After the debacle of flame that leveled Chicago, headlines had read:
FIRE DEVASTATES CHICAGO…
CITY TO NEVER R
ECOVER…
GREAT LOSS OF LIFE AND PROPERTY…
END OF GREAT RAIL HUB!
GONE THE WAY OF ASH…
Such headlines abounded in the few newspapers whose presses the Great Fire hadn’t silenced. People who’d lived through the fire in ’71 now stood in shock and fear at the sight of any conflagration that even appeared to have the possibility of becoming the next Great Fire. Tonight’s inferno looked far too familiar; older citizens standing and watching the rain of ash and cinder trembled at the prospects while blood orange, red, and blue flames licked at all surrounding structures. Nearby trees and fences ignited. Was 1893 to be the next year of the failure of the Chicago Fire Department?
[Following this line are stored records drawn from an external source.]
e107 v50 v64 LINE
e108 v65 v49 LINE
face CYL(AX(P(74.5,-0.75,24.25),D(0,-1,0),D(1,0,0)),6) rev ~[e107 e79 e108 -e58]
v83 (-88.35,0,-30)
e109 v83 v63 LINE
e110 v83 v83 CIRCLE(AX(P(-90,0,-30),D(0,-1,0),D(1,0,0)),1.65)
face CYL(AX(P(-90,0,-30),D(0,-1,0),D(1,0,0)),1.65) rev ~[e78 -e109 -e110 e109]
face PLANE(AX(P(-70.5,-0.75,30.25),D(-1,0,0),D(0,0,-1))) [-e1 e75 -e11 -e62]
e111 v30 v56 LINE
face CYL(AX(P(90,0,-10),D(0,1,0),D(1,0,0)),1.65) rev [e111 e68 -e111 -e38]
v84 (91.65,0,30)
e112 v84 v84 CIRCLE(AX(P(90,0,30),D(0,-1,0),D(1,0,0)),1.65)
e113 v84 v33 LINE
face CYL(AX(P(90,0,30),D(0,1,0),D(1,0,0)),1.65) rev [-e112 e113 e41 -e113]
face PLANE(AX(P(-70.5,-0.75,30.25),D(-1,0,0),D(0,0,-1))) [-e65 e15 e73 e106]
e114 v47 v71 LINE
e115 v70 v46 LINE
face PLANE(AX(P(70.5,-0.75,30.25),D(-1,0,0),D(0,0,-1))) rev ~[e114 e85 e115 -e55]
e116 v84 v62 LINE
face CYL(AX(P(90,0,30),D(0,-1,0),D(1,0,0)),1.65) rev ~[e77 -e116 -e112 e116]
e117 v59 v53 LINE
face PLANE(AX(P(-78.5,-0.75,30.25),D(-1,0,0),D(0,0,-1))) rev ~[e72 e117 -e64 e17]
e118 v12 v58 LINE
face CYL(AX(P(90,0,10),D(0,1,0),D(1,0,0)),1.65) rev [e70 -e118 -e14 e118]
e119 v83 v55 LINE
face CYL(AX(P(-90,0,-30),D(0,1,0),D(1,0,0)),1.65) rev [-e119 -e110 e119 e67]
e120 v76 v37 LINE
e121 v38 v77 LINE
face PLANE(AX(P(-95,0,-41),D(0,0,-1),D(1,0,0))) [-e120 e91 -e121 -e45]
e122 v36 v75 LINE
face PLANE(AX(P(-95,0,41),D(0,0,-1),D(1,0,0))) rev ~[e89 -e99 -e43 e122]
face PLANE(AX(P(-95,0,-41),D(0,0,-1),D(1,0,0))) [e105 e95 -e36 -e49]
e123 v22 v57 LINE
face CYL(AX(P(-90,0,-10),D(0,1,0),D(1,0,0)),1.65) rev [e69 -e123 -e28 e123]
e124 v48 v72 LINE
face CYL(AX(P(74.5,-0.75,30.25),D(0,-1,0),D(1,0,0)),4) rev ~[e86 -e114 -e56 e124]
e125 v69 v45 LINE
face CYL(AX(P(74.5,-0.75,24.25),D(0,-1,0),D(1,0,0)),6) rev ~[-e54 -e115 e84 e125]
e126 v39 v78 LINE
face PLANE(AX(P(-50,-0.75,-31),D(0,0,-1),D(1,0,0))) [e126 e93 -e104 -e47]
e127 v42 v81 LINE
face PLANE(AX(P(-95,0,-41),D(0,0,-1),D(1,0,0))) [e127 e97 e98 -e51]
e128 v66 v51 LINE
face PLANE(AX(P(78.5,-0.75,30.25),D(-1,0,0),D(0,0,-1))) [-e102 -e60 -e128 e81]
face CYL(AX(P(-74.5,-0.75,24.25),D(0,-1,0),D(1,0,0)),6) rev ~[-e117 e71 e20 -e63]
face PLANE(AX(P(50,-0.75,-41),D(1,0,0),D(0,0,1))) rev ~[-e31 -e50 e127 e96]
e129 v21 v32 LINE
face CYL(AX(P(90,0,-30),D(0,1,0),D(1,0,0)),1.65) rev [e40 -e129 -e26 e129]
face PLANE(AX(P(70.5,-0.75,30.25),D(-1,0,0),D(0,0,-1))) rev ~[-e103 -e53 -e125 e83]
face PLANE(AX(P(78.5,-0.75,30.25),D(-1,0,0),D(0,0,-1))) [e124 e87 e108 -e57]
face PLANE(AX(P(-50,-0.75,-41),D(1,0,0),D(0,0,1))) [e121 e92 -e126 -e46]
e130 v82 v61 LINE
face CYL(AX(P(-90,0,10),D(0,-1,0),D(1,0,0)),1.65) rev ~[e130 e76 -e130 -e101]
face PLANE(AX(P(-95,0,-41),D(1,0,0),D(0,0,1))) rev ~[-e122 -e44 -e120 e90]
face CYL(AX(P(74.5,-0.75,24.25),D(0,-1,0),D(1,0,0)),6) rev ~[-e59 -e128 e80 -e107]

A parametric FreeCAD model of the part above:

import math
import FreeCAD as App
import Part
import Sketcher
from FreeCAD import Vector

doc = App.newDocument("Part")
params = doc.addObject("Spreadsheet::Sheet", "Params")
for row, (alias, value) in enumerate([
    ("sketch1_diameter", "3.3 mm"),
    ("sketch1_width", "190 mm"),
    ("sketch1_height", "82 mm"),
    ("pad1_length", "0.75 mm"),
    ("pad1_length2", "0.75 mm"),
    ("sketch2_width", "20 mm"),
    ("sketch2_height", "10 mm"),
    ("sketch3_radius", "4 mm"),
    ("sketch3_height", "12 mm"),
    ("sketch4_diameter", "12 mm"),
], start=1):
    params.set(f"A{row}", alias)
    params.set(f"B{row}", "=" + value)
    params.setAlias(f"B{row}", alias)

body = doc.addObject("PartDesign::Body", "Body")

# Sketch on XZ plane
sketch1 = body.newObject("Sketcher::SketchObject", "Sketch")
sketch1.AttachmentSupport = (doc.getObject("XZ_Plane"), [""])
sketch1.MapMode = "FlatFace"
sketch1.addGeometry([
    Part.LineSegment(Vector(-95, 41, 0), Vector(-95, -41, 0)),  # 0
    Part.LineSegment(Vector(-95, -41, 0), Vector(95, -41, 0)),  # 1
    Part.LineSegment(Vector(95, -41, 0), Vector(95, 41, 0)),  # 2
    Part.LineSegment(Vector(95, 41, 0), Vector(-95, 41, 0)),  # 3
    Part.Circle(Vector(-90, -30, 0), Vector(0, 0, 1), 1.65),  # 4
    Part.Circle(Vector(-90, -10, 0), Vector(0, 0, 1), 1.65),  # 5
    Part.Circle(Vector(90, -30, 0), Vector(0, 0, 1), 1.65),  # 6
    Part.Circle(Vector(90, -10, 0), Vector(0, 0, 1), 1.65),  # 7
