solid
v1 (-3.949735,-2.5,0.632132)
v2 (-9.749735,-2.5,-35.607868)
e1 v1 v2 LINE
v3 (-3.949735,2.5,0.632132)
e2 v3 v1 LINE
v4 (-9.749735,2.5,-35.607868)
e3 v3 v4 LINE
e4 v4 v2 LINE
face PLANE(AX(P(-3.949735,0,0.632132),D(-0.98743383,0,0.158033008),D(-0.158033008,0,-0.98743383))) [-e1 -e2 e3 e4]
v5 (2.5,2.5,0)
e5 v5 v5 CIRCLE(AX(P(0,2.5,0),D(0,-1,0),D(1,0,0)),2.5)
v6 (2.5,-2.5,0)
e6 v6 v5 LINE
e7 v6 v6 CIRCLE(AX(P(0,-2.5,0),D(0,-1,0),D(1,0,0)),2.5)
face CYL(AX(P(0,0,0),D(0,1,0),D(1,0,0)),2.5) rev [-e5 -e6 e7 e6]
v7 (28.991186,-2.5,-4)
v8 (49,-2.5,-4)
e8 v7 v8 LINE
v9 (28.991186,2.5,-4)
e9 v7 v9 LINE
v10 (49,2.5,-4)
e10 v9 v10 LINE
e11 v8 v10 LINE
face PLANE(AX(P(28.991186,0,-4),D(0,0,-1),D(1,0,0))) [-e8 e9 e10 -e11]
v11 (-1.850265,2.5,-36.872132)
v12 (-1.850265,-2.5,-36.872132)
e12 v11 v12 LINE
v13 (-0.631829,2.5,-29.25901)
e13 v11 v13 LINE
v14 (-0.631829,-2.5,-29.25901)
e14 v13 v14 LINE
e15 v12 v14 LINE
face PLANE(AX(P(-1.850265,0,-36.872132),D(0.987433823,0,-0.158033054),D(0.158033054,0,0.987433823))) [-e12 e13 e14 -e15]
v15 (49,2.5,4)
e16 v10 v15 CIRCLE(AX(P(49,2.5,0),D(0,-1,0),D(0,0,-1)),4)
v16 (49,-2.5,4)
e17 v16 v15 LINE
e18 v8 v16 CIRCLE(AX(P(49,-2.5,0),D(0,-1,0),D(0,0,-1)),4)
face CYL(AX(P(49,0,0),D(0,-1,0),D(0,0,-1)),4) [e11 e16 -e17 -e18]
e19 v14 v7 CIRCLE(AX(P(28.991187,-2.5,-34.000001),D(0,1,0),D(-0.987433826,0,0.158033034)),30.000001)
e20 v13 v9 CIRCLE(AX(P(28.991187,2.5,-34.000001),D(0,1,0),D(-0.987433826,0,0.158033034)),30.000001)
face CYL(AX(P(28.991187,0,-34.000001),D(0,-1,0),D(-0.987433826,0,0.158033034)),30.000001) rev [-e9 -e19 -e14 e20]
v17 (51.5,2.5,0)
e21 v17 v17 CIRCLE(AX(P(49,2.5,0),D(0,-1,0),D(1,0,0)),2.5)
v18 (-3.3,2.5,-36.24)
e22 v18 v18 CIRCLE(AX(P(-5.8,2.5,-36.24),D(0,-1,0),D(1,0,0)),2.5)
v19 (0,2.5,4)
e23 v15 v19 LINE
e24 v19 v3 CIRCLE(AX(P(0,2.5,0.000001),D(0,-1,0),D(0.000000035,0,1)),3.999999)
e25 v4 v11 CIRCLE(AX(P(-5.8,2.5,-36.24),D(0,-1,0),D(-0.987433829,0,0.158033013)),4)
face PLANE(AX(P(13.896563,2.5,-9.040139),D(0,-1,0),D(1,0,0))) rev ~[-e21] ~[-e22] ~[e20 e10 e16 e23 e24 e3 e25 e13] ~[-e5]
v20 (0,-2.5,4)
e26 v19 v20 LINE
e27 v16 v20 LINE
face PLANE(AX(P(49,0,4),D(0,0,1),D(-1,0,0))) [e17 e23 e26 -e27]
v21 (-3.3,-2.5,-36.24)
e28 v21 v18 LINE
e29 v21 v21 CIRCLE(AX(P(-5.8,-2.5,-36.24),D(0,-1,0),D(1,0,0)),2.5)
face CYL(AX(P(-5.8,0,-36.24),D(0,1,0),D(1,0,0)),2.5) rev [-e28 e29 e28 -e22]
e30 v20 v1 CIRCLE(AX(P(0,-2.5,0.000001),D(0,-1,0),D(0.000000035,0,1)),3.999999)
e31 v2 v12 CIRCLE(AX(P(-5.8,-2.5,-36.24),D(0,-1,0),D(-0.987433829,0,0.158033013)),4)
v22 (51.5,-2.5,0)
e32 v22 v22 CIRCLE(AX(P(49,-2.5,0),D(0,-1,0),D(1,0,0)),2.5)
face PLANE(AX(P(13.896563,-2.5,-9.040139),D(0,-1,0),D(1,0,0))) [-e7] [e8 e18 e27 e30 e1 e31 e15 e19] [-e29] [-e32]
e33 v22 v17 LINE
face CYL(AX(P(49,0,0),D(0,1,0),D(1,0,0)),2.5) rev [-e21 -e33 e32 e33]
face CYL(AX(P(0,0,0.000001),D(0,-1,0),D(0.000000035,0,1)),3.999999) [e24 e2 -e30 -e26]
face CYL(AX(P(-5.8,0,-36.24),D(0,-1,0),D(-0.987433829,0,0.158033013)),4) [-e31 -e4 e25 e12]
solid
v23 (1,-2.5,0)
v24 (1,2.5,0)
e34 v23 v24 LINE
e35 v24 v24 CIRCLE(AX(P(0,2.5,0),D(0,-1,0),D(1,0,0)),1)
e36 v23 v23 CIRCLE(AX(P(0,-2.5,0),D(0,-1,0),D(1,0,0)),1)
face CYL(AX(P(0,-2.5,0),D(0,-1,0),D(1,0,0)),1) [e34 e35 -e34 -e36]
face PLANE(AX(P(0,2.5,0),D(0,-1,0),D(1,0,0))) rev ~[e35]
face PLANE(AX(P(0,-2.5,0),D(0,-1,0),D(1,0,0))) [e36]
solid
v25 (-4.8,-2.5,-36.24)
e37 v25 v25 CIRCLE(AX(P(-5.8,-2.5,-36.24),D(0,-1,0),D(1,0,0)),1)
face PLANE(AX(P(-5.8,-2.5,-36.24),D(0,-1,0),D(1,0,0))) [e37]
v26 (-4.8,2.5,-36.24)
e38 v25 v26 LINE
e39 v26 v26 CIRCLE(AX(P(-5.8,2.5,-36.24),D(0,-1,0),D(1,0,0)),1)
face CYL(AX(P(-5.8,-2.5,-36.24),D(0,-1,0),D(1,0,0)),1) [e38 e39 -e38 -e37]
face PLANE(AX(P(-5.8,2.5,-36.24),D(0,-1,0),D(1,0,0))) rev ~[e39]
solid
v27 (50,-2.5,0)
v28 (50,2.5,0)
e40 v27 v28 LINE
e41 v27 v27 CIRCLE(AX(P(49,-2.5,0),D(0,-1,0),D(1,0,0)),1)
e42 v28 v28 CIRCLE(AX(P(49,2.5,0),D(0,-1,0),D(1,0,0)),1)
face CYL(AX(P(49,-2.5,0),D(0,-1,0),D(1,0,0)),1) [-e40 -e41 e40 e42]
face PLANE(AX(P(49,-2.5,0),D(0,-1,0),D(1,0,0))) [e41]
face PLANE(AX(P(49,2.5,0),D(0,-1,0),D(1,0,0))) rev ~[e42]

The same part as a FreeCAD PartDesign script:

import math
import FreeCAD as App
import Part
import Sketcher

V = App.Vector

doc = App.newDocument("Part")
body = doc.addObject("PartDesign::Body", "Body")

# Sketch on XZ plane
sketch1 = body.newObject("Sketcher::SketchObject", "Sketch")
sketch1.AttachmentSupport = (doc.getObject("XZ_Plane"), [""])
sketch1.MapMode = "FlatFace"
sketch1.addGeometry(Part.LineSegment(V(49, 4, 0), V(0, 4, 0)), False)
sketch1.addGeometry(Part.ArcOfCircle(Part.Circle(V(0, 0.000001, 0), V(0, 0, 1), 3.999999), math.radians(89.999998), math.radians(170.907264)), False)
sketch1.addGeometry(Part.LineSegment(V(-3.949735, 0.632132, 0), V(-9.749735, -35.607868, 0)), False)
sketch1.addGeometry(Part.ArcOfCircle(Part.Circle(V(-5.8, -36.24, 0), V(0, 0, 1), 4), math.radians(170.907256), math.radians(350.907256)), False)
sketch1.addGeometry(Part.LineSegment(V(-1.850265, -36.872132, 0), V(-0.631829, -29.25901, 0)), False)
sketch1.addGeometry(Part.ArcOfCircle(Part.Circle(V(28.991187, -34.000001, 0), V(0, 0, 1), 30.000001), math.radians(90.000002), math.radians(170.907255)), False)
sketch1.addGeometry(Part.LineSegment(V(28.991186, -4, 0), V(49, -4, 0)), False)
sketch1.addGeometry(Part.ArcOfCircle(Part.Circle(V(49, 0, 0), V(0, 0, 1), 4), math.radians(-90), math.radians(90)), False)
sketch1.addGeometry(Part.Circle(V(-5.8, -36.24, 0), V(0, 0, 1), 2.5), False)
sketch1.addGeometry(Part.Circle(V(0, 0, 0), V(0, 0, 1), 2.5), False)
sketch1.addGeometry(Part.Circle(V(49, 0, 0), V(0, 0, 1), 2.5), False)
sketch1.addConstraint(Sketcher.Constraint("Tangent", 0, 2, 1, 1))
sketch1.addConstraint(Sketcher.Constraint("Tangent", 1, 2, 2, 1))
sketch1.addConstraint(Sketcher.Constraint("Tangent", 2, 2, 3, 1))
sketch1.addConstraint(Sketcher.Constraint("Tangent", 3, 2, 4, 1))
sketch1.addConstraint(Sketcher.Constraint("Tangent", 4, 2, 5, 2))
sketch1.addConstraint(Sketcher.Constraint("Tangent", 5, 1, 6, 1))
sketch1.addConstraint(Sketcher.Constraint("Tangent", 6, 2, 7, 1))
sketch1.addConstraint(Sketcher.Constraint("Tangent", 7, 2, 0, 1))
sketch1.addConstraint(Sketcher.Constraint("Horizontal", 0))
sketch1.addConstraint(Sketcher.Constraint("Horizontal", 6))
sketch1.addConstraint(Sketcher.Constraint("Coincident", 1, 3, -1, 1))
sketch1.addConstraint(Sketcher.Constraint("Coincident", 9, 3, -1, 1))
sketch1.addConstraint(Sketcher.Constraint("Coincident", 8, 3, 3, 3))
sketch1.addConstraint(Sketcher.Constraint("Coincident", 10, 3, 7, 3))
sketch1.addConstraint(Sketcher.Constraint("Equal", 1, 3))
sketch1.addConstraint(Sketcher.Constraint("Equal", 3, 7))
sketch1.addConstraint(Sketcher.Constraint("Equal", 8, 9))
sketch1.addConstraint(Sketcher.Constraint("Equal", 9, 10))
sketch1.addConstraint(Sketcher.Constraint("Parallel", 2, 4))
sketch1.addConstraint(Sketcher.Constraint("Diameter", 8, 5.0))
sketch1.addConstraint(Sketcher.Constraint("Radius", 1, 3.999999))
sketch1.addConstraint(Sketcher.Constraint("Radius", 5, 30.000001))
sketch1.addConstraint(Sketcher.Constraint("DistanceX", 0, 2, 0, 1, 49.0))
sketch1.addConstraint(Sketcher.Constraint("DistanceX", 3, 3, -1, 1, 5.8))
sketch1.addConstraint(Sketcher.Constraint("DistanceY", 3, 3, -1, 1, 36.24))
pad1 = body.newObject("PartDesign::Pad", "Pad")
pad1.Profile = sketch1
pad1.Length = 5
pad1.Midplane = True
body2 = doc.addObject("PartDesign::Body", "Body001")
body2.AllowCompound = True

# Sketch on XZ plane
sketch2 = body2.newObject("Sketcher::SketchObject", "Sketch001")
sketch2.AttachmentSupport = (doc.getObject("XZ_Plane001"), [""])
sketch2.MapMode = "FlatFace"
sketch2.AttachmentOffset = App.Placement(V(0, 0, 2.5), App.Rotation())
sketch2.addGeometry(Part.Circle(V(0, 0, 0), V(0, 0, 1), 1), False)
sketch2.addGeometry(Part.Circle(V(-5.8, -36.24, 0), V(0, 0, 1), 1), False)
sketch2.addGeometry(Part.Circle(V(49, 0, 0), V(0, 0, 1), 1), False)
sketch2.addConstraint(Sketcher.Constraint("Coincident", 0, 3, -1, 1))
sketch2.addConstraint(Sketcher.Constraint("Equal", 0, 1))
sketch2.addConstraint(Sketcher.Constraint("Equal", 1, 2))
sketch2.addConstraint(Sketcher.Constraint("PointOnObject", 2, 3, -1))
sketch2.addConstraint(Sketcher.Constraint("Diameter", 0, 2.0))
sketch2.addConstraint(Sketcher.Constraint("DistanceX", -1, 1, 2, 3, 49.0))
sketch2.addConstraint(Sketcher.Constraint("DistanceX", 1, 3, -1, 1, 5.8))
sketch2.addConstraint(Sketcher.Constraint("DistanceY", 1, 3, -1, 1, 36.24))
pad2 = body2.newObject("PartDesign::Pad", "Pad001")
pad2.Profile = sketch2
pad2.Length = 5
pad2.Reversed = True

doc.recompute()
As Ransom’s cab neared, all about the street, people ran shouting and pointing and trying to steer clear of the hooves of racing horses pulling the latest in fire fighting equipment—which remained inadequate to the task. Antiquated equipment, too little, too late. The images and sights and sounds of the fire numbered so many, no one could see or hear them all: multiple fire wagons descending on the scene from three directions. Firemen appeared in chaos, hauling out axes, picks, hoses, buckets. Some worked the hoses, others the ladders. It took some to quell the terrified horses that’d supposedly been trained for fire emergencies.
Ransom felt a stomach gnawing sense of a losing battle. No lessons whatsoever learned since ’71 save those of graft and fraud and phony land speculation. When it’d come time for the displaced families of the Great Chicago Fire to collect on all those many “church” and benevolent society funds, there were no funds. They’d all been systematically disposed of by the shrewd promoters who’d thought up these fine-sounding benevolent “societies.” The funds had gone into the purchase of ash-strewn downtown lots on streets of loss, where nothing but a lone charred and blackened water tower and firehouse made of native limestone sat forlornly at the end of Michigan Avenue. A boon and a lure as it happened for those with deep pockets. Men with both vision and selfishness in mind, greed and glory all balled up in one idea of a phoenix rising from the ashes, making the Gem of the Prairie shine again. But tonight only one thing mattered to the firemen whose very skin was seared and scorched and blackened by the fire at hand. Save the block…lose the whole tavern and entire building, the outbuildings, possibly the building to the immediate right and left, but stop it here and with no more loss of life than might already have occurred. An entire heavy oak bureau drawer with mirror, and a four-poster bed, mattress and springs had fallen through with fire-blackened flooring. The cross beams held longer, but as more and more became compromised these heavy beams—forming the crisscross support that made up the second floor—tore away in groaning complaint; the insatiable flames had licked at this area for too long now.